# [EXERCISE BRIEF]
Below are the records. Retype exactly the lines between the lines holding "v12 (-306.7558,-25.4,12.7)" and "e13 v13 v14", inclusive.

....

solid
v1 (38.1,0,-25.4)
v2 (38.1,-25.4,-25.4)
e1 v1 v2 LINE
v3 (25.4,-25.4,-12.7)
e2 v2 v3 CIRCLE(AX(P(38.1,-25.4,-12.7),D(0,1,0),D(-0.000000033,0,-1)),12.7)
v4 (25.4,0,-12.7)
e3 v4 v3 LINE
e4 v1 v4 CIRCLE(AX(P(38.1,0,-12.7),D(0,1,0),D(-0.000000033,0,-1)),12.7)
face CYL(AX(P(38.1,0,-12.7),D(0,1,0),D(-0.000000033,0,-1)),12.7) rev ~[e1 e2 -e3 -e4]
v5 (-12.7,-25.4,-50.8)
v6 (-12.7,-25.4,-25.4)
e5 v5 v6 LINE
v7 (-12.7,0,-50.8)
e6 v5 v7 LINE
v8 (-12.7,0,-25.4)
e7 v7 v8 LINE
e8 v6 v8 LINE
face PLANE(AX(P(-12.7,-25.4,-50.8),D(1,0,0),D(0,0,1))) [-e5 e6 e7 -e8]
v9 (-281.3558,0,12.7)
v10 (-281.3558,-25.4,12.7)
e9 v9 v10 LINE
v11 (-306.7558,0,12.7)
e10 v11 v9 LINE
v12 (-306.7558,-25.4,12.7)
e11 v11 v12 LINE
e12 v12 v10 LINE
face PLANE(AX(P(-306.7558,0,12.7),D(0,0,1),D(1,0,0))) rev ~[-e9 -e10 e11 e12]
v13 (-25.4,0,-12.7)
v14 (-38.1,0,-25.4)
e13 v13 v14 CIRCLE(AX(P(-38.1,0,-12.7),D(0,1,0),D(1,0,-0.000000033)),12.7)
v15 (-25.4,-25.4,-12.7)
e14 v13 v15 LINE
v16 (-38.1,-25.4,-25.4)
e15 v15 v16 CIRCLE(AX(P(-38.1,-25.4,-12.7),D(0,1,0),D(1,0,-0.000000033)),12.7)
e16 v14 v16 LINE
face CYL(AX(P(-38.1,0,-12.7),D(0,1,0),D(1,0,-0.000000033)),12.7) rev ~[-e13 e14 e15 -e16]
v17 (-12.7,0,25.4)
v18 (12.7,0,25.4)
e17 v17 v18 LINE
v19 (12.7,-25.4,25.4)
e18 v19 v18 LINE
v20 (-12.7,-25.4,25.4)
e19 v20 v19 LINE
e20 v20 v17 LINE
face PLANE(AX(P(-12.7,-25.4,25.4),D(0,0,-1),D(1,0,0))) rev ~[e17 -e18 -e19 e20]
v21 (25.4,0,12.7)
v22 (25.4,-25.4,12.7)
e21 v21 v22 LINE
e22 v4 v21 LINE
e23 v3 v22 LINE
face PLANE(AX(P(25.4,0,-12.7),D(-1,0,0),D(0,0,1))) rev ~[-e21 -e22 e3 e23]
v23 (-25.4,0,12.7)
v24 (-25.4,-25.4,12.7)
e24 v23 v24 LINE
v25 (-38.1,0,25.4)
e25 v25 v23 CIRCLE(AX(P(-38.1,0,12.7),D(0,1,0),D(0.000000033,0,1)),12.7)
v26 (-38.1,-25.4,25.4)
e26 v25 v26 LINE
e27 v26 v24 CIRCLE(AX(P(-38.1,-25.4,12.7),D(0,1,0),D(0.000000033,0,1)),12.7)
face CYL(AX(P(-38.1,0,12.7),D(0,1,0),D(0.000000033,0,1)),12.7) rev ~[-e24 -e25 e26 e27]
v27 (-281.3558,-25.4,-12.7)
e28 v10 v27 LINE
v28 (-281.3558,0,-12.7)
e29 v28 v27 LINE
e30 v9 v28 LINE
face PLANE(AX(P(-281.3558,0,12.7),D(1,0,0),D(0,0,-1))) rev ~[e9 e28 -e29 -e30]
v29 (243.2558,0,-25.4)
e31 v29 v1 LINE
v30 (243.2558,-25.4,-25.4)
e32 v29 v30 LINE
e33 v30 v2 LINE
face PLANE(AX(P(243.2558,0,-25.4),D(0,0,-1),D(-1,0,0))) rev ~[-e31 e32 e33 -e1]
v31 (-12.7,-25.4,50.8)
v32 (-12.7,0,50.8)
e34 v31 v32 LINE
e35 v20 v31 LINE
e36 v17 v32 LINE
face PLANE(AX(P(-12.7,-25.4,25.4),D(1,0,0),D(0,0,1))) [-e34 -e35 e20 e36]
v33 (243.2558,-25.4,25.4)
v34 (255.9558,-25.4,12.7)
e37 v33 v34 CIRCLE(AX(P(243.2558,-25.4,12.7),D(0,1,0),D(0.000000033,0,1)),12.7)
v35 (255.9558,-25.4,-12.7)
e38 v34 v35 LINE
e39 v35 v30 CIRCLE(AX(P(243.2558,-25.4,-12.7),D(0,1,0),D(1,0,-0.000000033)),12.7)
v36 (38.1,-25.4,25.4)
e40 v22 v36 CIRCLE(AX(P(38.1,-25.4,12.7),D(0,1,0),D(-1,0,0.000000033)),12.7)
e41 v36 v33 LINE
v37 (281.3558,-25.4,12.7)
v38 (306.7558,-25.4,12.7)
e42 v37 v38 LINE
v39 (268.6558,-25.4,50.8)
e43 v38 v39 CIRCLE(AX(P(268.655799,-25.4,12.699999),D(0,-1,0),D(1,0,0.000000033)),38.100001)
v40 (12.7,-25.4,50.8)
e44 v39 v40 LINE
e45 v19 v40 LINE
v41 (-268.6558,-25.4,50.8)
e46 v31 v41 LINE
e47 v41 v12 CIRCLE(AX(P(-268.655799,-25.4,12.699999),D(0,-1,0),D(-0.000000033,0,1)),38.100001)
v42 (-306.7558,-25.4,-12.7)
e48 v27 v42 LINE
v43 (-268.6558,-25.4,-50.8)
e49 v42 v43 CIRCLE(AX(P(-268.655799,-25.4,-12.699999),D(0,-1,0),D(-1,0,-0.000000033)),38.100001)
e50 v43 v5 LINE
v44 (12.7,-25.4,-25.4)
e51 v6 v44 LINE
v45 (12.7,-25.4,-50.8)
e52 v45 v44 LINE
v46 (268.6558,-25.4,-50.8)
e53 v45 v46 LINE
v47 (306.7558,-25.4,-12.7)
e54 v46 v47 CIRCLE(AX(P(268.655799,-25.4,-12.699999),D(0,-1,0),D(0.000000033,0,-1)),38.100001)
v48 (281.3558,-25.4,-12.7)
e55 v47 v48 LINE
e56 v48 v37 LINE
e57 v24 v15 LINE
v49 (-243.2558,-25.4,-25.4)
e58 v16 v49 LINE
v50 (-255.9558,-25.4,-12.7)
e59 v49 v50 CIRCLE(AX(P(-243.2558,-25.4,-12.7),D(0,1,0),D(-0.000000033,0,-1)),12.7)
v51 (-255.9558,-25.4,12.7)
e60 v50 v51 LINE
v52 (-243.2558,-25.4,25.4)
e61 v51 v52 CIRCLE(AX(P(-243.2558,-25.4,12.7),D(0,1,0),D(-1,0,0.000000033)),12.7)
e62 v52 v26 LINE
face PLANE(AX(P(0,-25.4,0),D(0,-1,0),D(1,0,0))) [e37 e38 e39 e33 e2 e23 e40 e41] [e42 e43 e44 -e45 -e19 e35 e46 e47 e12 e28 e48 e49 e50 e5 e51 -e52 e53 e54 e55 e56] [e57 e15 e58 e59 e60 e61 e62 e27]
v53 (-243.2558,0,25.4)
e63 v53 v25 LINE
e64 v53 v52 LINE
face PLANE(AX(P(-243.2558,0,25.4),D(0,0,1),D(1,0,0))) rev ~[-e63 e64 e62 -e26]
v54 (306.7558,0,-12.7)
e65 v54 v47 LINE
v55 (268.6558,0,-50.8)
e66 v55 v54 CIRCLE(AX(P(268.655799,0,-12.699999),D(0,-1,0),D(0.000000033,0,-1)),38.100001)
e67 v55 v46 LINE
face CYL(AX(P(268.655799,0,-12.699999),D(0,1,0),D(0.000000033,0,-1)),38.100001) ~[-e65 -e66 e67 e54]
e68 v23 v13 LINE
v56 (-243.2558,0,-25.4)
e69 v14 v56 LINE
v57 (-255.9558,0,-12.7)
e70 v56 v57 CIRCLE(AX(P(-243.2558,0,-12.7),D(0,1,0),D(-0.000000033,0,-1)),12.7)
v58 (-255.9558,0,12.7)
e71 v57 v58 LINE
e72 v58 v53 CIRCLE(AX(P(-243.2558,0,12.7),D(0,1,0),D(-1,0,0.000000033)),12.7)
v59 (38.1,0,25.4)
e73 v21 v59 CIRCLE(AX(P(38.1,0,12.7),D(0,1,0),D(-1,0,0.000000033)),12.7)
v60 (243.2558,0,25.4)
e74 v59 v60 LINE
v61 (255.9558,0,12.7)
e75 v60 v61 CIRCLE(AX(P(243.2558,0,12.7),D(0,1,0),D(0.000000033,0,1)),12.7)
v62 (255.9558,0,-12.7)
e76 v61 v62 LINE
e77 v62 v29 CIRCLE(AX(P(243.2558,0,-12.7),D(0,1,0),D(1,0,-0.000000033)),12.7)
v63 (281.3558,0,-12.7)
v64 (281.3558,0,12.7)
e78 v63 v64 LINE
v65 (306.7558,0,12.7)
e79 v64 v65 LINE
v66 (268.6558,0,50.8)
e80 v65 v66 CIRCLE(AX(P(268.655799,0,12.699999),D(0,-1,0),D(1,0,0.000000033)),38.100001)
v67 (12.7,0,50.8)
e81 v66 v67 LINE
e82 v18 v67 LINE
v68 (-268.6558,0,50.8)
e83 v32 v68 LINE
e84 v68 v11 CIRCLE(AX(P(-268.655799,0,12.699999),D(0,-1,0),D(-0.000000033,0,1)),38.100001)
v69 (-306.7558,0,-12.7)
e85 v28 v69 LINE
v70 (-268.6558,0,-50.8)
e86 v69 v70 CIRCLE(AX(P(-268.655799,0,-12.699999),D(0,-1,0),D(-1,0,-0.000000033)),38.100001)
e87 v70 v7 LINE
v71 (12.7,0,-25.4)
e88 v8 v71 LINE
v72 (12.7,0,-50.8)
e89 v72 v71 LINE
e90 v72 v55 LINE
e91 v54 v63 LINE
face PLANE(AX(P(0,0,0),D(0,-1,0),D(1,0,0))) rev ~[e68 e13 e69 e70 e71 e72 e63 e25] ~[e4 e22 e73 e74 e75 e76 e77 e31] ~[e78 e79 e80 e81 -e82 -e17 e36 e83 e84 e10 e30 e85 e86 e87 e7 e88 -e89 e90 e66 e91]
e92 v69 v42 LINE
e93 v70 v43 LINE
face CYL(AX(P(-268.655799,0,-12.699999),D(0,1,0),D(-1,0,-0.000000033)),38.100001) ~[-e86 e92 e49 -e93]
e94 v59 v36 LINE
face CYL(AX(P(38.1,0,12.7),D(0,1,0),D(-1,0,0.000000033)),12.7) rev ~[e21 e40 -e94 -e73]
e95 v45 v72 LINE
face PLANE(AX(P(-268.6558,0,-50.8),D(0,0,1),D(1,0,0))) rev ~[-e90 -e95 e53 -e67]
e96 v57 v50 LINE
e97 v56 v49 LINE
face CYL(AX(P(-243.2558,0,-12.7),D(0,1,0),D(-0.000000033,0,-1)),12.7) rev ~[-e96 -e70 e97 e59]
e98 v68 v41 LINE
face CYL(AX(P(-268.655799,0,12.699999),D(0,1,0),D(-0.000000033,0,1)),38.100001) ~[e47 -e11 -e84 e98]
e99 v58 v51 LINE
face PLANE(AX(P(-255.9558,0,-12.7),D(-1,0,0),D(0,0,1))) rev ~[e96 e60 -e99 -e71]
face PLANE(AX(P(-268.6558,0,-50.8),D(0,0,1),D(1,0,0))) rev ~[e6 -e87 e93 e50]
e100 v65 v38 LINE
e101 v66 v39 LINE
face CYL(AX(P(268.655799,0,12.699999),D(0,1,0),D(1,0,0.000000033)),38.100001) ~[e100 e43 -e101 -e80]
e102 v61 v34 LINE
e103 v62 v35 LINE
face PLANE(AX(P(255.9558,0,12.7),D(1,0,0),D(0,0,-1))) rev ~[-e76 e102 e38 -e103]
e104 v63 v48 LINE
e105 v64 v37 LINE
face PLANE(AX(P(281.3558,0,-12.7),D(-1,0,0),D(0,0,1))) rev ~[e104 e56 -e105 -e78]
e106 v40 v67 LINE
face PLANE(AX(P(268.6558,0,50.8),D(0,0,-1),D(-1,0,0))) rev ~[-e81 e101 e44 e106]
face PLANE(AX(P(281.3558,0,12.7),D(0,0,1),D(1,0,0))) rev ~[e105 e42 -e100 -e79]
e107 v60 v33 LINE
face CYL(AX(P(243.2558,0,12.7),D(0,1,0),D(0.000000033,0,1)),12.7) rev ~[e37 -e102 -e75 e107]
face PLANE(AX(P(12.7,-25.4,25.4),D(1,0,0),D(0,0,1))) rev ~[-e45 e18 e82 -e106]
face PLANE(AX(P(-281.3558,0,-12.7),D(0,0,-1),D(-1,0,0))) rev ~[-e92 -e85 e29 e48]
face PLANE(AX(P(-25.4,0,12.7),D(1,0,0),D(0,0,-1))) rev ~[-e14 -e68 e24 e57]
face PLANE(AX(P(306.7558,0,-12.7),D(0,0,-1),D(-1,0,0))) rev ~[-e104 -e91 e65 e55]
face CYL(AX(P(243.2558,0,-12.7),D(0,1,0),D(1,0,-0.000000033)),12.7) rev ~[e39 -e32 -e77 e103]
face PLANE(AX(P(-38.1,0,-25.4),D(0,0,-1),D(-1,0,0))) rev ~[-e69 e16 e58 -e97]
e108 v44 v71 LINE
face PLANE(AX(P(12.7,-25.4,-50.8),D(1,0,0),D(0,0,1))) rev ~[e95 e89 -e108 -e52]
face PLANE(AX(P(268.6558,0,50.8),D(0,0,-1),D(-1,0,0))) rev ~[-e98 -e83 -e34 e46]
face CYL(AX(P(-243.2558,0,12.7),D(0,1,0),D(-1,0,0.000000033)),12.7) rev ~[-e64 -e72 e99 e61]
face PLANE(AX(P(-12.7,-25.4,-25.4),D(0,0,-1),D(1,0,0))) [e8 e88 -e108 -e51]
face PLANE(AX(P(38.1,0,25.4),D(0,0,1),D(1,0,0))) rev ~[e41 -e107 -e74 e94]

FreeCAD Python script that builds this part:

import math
import FreeCAD as App
import Part
import Sketcher

V = App.Vector
Q = App.Units.Quantity


def add_polygon(sketch, points):
    """Adds a closed chain of lines whose ends are joined by coincident constraints."""
    first, n = sketch.GeometryCount, len(points)
    for a, b in zip(points, points[1:] + points[:1]):
        sketch.addGeometry(Part.LineSegment(App.Vector(*a, 0), App.Vector(*b, 0)), False)
    for i in range(n):
        sketch.addConstraint(Sketcher.Constraint("Coincident", first + i, 2, first + (i + 1) % n, 1))

doc = App.newDocument("Part")
body = doc.addObject("PartDesign::Body", "Body")

# Sketch on XZ plane
sketch1 = body.newObject("Sketcher::SketchObject", "Sketch")
sketch1.AttachmentSupport = (doc.getObject("XZ_Plane"), [""])
sketch1.MapMode = "FlatFace"
sketch1.addGeometry(Part.LineSegment(V(-307, 13, 0), V(-281, 13, 0)), False)
sketch1.addGeometry(Part.LineSegment(V(-281, 13, 0), V(-281, -13, 0)), False)
sketch1.addGeometry(Part.LineSegment(V(-281, -13, 0), V(-307, -13, 0)), False)
sketch1.addGeometry(Part.ArcOfCircle(Part.Circle(V(-269, -13, 0), V(0, 0, 1), 38), math.radians(-180), math.radians(-90)), False)
sketch1.addGeometry(Part.LineSegment(V(-269, -51, 0), V(269, -51, 0)), False)
sketch1.addGeometry(Part.ArcOfCircle(Part.Circle(V(269, -13, 0), V(0, 0, 1), 38), math.radians(-90), math.radians(0)), False)
sketch1.addGeometry(Part.LineSegment(V(307, -13, 0), V(281, -13, 0)), False)
sketch1.addGeometry(Part.LineSegment(V(281, -13, 0), V(281, 13, 0)), False)
sketch1.addGeometry(Part.LineSegment(V(281, 13, 0), V(307, 13, 0)), False)
sketch1.addGeometry(Part.ArcOfCircle(Part.Circle(V(269, 13, 0), V(0, 0, 1), 38), math.radians(0), math.radians(90)), False)
sketch1.addGeometry(Part.LineSegment(V(269, 51, 0), V(-269, 51, 0)), False)
sketch1.addGeometry(Part.ArcOfCircle(Part.Circle(V(-269, 13, 0), V(0, 0, 1), 38), math.radians(90), math.radians(180)), False)
sketch1.addGeometry(Part.ArcOfCircle(Part.Circle(V(-38, -13, 0), V(0, 0, 1), 13), math.radians(-90), math.radians(0)), False)
sketch1.addGeometry(Part.LineSegment(V(-38, -25, 0), V(-243, -25, 0)), False)
sketch1.addGeometry(Part.ArcOfCircle(Part.Circle(V(-243, -13, 0), V(0, 0, 1), 13), math.radians(-180), math.radians(-90)), False)
sketch1.addGeometry(Part.LineSegment(V(-256, -13, 0), V(-256, 13, 0)), False)
sketch1.addGeometry(Part.ArcOfCircle(Part.Circle(V(-243, 13, 0), V(0, 0, 1), 13), math.radians(90), math.radians(180)), False)
sketch1.addGeometry(Part.LineSegment(V(-243, 25, 0), V(-38, 25, 0)), False)
sketch1.addGeometry(Part.ArcOfCircle(Part.Circle(V(-38, 13, 0), V(0, 0, 1), 13), math.radians(0), math.radians(90)), False)
sketch1.addGeometry(Part.LineSegment(V(-25, 13, 0), V(-25, -13, 0)), False)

....

# [RESULT OF THIS TASK]
v12 (-306.7558,-25.4,12.7)
e11 v11 v12 LINE
e12 v12 v10 LINE
face PLANE(AX(P(-306.7558,0,12.7),D(0,0,1),D(1,0,0))) rev ~[-e9 -e10 e11 e12]
v13 (-25.4,0,-12.7)
v14 (-38.1,0,-25.4)
e13 v13 v14 CIRCLE(AX(P(-38.1,0,-12.7),D(0,1,0),D(1,0,-0.000000033)),12.7)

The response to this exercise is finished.